===== INPUT DATA =====

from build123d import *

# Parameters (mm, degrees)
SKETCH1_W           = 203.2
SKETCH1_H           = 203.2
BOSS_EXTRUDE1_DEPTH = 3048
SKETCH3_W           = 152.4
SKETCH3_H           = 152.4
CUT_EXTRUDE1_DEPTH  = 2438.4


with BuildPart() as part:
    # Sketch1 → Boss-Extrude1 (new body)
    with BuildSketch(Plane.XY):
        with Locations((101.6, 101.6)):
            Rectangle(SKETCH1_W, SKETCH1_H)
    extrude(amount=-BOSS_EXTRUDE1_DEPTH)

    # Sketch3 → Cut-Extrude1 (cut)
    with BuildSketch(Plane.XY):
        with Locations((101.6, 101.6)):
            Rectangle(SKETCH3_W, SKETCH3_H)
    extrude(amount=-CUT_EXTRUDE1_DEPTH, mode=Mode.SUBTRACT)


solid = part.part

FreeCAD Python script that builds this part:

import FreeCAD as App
import Part
import Sketcher
from FreeCAD import Vector
Q = App.Units.Quantity


def add_polygon(sketch, points):
    """Adds a closed chain of lines whose ends are joined by coincident constraints."""
    first, n = sketch.GeometryCount, len(points)
    for a, b in zip(points, points[1:] + points[:1]):
        sketch.addGeometry(Part.LineSegment(App.Vector(*a, 0), App.Vector(*b, 0)), False)
    for i in range(n):
        sketch.addConstraint(Sketcher.Constraint("Coincident", first + i, 2, first + (i + 1) % n, 1))

doc = App.newDocument("Part")
body = doc.addObject("PartDesign::Body", "Body")

# Sketch on XY plane
sketch1 = body.newObject("Sketcher::SketchObject", "Sketch")
sketch1.AttachmentSupport = (doc.getObject("XY_Plane"), [""])
sketch1.MapMode = "FlatFace"
add_polygon(sketch1, [(0, 203), (0, 0), (203, 0), (203, 203)])  # lines 0-3
sketch1.addConstraint([
    Sketcher.Constraint("Vertical", 0),
    Sketcher.Constraint("Horizontal", 1),
    Sketcher.Constraint("Vertical", 2),
    Sketcher.Constraint("Horizontal", 3),
    Sketcher.Constraint("Coincident", 0, 2, -1, 1),
    Sketcher.Constraint("Equal", 3, 0),
    Sketcher.Constraint("DistanceX", 1, 1, 1, 2, Q("8 in")),
])
pad1 = body.newObject("PartDesign::Pad", "Pad")
pad1.Profile = sketch1
pad1.Length = Q("120 in")
pad1.Reversed = True

# Sketch on XY plane
sketch2 = body.newObject("Sketcher::SketchObject", "Sketch001")
sketch2.AttachmentSupport = (doc.getObject("XY_Plane"), [""])
sketch2.MapMode = "FlatFace"
add_polygon(sketch2, [(25, 178), (25, 25), (178, 25), (178, 178)])  # lines 0-3
sketch2.addConstraint([
    Sketcher.Constraint("Vertical", 0),
    Sketcher.Constraint("Horizontal", 1),
    Sketcher.Constraint("Vertical", 2),
    Sketcher.Constraint("Horizontal", 3),
    Sketcher.Constraint("Equal", 3, 0),
    Sketcher.Constraint("DistanceX", 1, 1, 1, 2, Q("6 in")),
    Sketcher.Constraint("DistanceX", -1, 1, 0, 2, Q("1 in")),
    Sketcher.Constraint("DistanceY", -1, 1, 0, 2, Q("1 in")),
])
pocket1 = body.newObject("PartDesign::Pocket", "Pocket")
pocket1.Profile = sketch2
pocket1.Length = Q("96 in")

doc.recompute()
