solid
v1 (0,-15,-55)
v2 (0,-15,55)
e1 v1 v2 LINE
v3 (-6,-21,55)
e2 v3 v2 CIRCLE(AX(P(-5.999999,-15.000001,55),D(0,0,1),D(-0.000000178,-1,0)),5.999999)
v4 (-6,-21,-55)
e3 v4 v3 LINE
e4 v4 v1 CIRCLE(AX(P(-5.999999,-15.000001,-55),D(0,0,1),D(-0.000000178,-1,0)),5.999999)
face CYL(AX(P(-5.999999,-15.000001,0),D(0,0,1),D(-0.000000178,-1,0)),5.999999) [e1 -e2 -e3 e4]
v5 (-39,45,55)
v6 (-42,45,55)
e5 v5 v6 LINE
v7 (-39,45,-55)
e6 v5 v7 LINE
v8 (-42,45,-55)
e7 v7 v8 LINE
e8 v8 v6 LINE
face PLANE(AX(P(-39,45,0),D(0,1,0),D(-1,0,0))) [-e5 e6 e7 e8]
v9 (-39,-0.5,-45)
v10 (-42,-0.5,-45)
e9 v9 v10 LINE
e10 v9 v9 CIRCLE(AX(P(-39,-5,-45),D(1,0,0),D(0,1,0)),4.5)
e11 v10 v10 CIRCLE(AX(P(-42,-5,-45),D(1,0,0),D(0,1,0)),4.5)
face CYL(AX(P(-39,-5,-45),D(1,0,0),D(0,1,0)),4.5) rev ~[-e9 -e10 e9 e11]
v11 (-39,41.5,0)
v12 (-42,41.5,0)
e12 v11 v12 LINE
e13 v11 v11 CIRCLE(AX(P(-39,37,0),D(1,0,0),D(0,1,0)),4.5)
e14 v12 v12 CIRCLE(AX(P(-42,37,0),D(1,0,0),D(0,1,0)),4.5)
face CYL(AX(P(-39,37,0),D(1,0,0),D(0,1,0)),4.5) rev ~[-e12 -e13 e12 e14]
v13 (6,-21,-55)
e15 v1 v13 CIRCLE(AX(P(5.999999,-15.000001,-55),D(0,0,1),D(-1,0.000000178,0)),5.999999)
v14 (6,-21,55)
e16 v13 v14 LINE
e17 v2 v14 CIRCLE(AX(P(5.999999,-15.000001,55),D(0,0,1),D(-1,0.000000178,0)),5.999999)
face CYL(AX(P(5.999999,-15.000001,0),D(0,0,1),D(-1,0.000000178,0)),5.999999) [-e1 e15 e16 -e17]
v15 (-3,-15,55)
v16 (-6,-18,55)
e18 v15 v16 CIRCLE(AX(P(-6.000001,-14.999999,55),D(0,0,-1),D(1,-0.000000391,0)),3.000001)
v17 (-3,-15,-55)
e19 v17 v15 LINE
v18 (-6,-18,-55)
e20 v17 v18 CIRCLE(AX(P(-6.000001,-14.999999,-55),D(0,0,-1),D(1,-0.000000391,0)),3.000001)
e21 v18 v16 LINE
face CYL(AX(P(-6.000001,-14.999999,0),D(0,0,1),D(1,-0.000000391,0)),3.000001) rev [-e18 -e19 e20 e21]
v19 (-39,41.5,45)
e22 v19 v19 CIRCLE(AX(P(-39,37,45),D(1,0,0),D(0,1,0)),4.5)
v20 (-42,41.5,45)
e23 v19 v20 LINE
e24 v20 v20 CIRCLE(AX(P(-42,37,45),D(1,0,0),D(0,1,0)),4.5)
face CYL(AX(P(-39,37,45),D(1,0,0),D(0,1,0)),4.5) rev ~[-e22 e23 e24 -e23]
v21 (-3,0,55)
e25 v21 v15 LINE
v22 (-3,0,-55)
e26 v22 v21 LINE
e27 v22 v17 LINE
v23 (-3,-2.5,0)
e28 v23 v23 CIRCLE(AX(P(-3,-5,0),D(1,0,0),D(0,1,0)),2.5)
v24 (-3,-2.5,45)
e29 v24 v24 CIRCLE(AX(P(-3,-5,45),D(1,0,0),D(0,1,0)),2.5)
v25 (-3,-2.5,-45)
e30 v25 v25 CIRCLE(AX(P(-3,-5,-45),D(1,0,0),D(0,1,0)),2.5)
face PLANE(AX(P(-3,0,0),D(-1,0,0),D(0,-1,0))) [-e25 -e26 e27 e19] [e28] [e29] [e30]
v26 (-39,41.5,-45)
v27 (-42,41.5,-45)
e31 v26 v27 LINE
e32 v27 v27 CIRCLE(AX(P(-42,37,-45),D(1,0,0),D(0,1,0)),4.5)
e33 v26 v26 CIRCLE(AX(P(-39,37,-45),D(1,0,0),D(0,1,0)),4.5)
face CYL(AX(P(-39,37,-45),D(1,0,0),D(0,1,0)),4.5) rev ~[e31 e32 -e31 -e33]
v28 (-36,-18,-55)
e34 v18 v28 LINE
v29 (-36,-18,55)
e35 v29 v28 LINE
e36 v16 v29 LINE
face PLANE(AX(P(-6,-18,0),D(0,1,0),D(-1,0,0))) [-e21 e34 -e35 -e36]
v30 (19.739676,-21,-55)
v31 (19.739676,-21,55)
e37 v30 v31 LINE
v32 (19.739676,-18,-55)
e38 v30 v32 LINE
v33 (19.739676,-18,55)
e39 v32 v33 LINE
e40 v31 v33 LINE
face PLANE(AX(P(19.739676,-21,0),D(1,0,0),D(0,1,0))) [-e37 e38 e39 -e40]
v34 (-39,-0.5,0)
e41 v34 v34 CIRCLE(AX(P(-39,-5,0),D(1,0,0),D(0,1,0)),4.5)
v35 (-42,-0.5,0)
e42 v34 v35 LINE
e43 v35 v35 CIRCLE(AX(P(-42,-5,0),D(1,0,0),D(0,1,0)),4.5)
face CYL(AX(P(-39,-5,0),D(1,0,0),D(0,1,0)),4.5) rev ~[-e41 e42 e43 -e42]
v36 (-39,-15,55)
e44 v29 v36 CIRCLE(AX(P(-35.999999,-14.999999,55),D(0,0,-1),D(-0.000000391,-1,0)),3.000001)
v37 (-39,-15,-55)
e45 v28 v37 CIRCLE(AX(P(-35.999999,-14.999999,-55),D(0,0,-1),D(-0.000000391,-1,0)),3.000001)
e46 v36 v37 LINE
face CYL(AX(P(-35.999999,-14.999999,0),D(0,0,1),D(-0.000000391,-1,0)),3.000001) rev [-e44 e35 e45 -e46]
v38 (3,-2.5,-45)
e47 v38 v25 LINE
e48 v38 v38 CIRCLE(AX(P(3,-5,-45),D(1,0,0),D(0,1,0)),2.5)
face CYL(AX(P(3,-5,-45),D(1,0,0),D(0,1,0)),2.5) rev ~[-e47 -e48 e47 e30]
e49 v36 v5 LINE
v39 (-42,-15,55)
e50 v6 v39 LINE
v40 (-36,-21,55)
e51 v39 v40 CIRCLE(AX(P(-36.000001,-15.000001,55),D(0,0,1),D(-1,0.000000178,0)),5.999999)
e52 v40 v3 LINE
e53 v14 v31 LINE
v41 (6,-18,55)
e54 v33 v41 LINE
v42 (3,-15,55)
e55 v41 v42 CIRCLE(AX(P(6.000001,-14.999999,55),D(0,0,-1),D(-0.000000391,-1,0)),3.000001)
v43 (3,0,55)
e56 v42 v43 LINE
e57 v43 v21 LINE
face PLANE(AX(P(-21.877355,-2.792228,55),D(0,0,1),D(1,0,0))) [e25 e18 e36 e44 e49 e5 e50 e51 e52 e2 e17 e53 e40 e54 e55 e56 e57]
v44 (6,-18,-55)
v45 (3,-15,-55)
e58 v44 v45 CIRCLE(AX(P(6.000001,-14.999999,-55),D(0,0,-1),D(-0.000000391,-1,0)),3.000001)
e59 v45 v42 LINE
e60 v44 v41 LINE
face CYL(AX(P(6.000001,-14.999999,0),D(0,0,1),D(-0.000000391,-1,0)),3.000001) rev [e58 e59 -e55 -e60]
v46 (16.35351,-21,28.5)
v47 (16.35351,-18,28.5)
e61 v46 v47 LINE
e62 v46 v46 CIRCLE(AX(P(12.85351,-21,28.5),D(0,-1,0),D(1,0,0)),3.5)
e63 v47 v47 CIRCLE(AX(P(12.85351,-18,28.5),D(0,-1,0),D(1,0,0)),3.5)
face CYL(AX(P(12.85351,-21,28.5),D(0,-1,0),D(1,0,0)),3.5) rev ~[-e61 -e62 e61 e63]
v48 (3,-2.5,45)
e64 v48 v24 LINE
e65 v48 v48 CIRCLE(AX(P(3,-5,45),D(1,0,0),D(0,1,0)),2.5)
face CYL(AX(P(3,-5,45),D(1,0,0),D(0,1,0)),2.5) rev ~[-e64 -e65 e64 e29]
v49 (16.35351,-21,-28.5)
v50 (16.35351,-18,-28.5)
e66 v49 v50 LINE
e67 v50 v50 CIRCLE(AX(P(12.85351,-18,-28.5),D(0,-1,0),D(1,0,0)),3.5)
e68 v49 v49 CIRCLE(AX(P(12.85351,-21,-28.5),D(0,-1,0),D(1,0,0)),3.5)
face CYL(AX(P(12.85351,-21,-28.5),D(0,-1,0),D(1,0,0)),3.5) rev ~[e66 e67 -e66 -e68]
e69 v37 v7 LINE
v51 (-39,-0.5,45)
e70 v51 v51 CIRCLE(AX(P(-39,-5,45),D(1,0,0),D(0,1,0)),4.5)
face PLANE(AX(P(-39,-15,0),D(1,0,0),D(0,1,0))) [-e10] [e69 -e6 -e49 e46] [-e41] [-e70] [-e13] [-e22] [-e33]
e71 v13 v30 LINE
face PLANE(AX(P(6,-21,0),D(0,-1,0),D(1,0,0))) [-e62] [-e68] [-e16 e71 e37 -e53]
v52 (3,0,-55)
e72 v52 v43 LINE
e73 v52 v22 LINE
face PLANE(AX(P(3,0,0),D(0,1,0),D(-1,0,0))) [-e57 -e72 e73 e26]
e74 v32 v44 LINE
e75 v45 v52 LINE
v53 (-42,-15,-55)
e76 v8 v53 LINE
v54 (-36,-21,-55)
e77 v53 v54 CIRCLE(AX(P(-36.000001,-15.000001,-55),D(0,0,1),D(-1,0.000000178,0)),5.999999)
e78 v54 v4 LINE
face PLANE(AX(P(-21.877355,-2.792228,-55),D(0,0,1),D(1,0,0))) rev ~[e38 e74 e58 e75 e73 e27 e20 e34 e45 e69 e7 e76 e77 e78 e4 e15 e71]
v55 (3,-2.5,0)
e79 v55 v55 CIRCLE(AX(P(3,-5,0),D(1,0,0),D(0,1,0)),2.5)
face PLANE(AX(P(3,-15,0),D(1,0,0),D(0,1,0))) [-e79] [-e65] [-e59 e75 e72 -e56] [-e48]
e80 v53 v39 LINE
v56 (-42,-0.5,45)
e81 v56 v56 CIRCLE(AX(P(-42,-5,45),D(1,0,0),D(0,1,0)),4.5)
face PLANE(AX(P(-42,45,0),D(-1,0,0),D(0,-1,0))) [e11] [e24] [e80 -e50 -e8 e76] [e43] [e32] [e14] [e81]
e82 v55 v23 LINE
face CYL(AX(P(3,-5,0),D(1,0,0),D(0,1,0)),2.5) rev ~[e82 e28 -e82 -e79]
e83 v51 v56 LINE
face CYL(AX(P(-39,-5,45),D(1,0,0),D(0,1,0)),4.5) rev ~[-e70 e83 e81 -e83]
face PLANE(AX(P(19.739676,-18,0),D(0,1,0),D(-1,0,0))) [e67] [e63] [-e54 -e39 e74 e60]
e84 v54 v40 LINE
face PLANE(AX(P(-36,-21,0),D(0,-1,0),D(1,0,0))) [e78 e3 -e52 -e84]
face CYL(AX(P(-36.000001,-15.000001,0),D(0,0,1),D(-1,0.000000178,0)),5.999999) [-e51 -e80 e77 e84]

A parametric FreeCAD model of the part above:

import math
import FreeCAD as App
import Part
import Sketcher

V = App.Vector

doc = App.newDocument("Part")
body = doc.addObject("PartDesign::Body", "Body")

sketch1 = body.newObject("Sketcher::SketchObject", "Sketch")
sketch1.AttachmentSupport = (doc.getObject("XY_Plane"), [""])
sketch1.MapMode = "FlatFace"
sketch1.addGeometry(Part.LineSegment(V(-39, 45, 0), V(-42, 45, 0)), False)
sketch1.addGeometry(Part.LineSegment(V(-42, 45, 0), V(-42, -15, 0)), False)
sketch1.addGeometry(Part.ArcOfCircle(Part.Circle(V(-36.000001, -15.000001, 0), V(0, 0, 1), 5.999999), math.radians(179.99999), math.radians(270.00001)), False)
sketch1.addGeometry(Part.LineSegment(V(-36, -21, 0), V(-6, -21, 0)), False)
sketch1.addGeometry(Part.ArcOfCircle(Part.Circle(V(-5.999999, -15.000001, 0), V(0, 0, 1), 5.999999), math.radians(-90.00001), math.radians(0.00001)), False)
sketch1.addGeometry(Part.ArcOfCircle(Part.Circle(V(5.999999, -15.000001, 0), V(0, 0, 1), 5.999999), math.radians(179.99999), math.radians(270.00001)), False)
sketch1.addGeometry(Part.LineSegment(V(6, -21, 0), V(19.739676, -21, 0)), False)
sketch1.addGeometry(Part.LineSegment(V(19.739676, -21, 0), V(19.739676, -18, 0)), False)
sketch1.addGeometry(Part.LineSegment(V(19.739676, -18, 0), V(6, -18, 0)), False)
sketch1.addGeometry(Part.ArcOfCircle(Part.Circle(V(6.000001, -14.999999, 0), V(0, 0, 1), 3.000001), math.radians(-179.999978), math.radians(-90.000022)), False)
sketch1.addGeometry(Part.LineSegment(V(3, -15, 0), V(3, 0, 0)), False)
sketch1.addGeometry(Part.LineSegment(V(3, 0, 0), V(-3, 0, 0)), False)
sketch1.addGeometry(Part.LineSegment(V(-3, 0, 0), V(-3, -15, 0)), False)
sketch1.addGeometry(Part.ArcOfCircle(Part.Circle(V(-6.000001, -14.999999, 0), V(0, 0, 1), 3.000001), math.radians(-89.999978), math.radians(-0.000022)), False)
sketch1.addGeometry(Part.LineSegment(V(-6, -18, 0), V(-36, -18, 0)), False)
sketch1.addGeometry(Part.ArcOfCircle(Part.Circle(V(-35.999999, -14.999999, 0), V(0, 0, 1), 3.000001), math.radians(-179.999978), math.radians(-90.000022)), False)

=====

PROMPT: Look through the entries, and return every line that the word "Rectangle" appears in.

WRITTEN RESPONSE:
            Rectangle(SKETCH1_W, SKETCH1_H)
            Rectangle(SKETCH3_W, SKETCH3_H)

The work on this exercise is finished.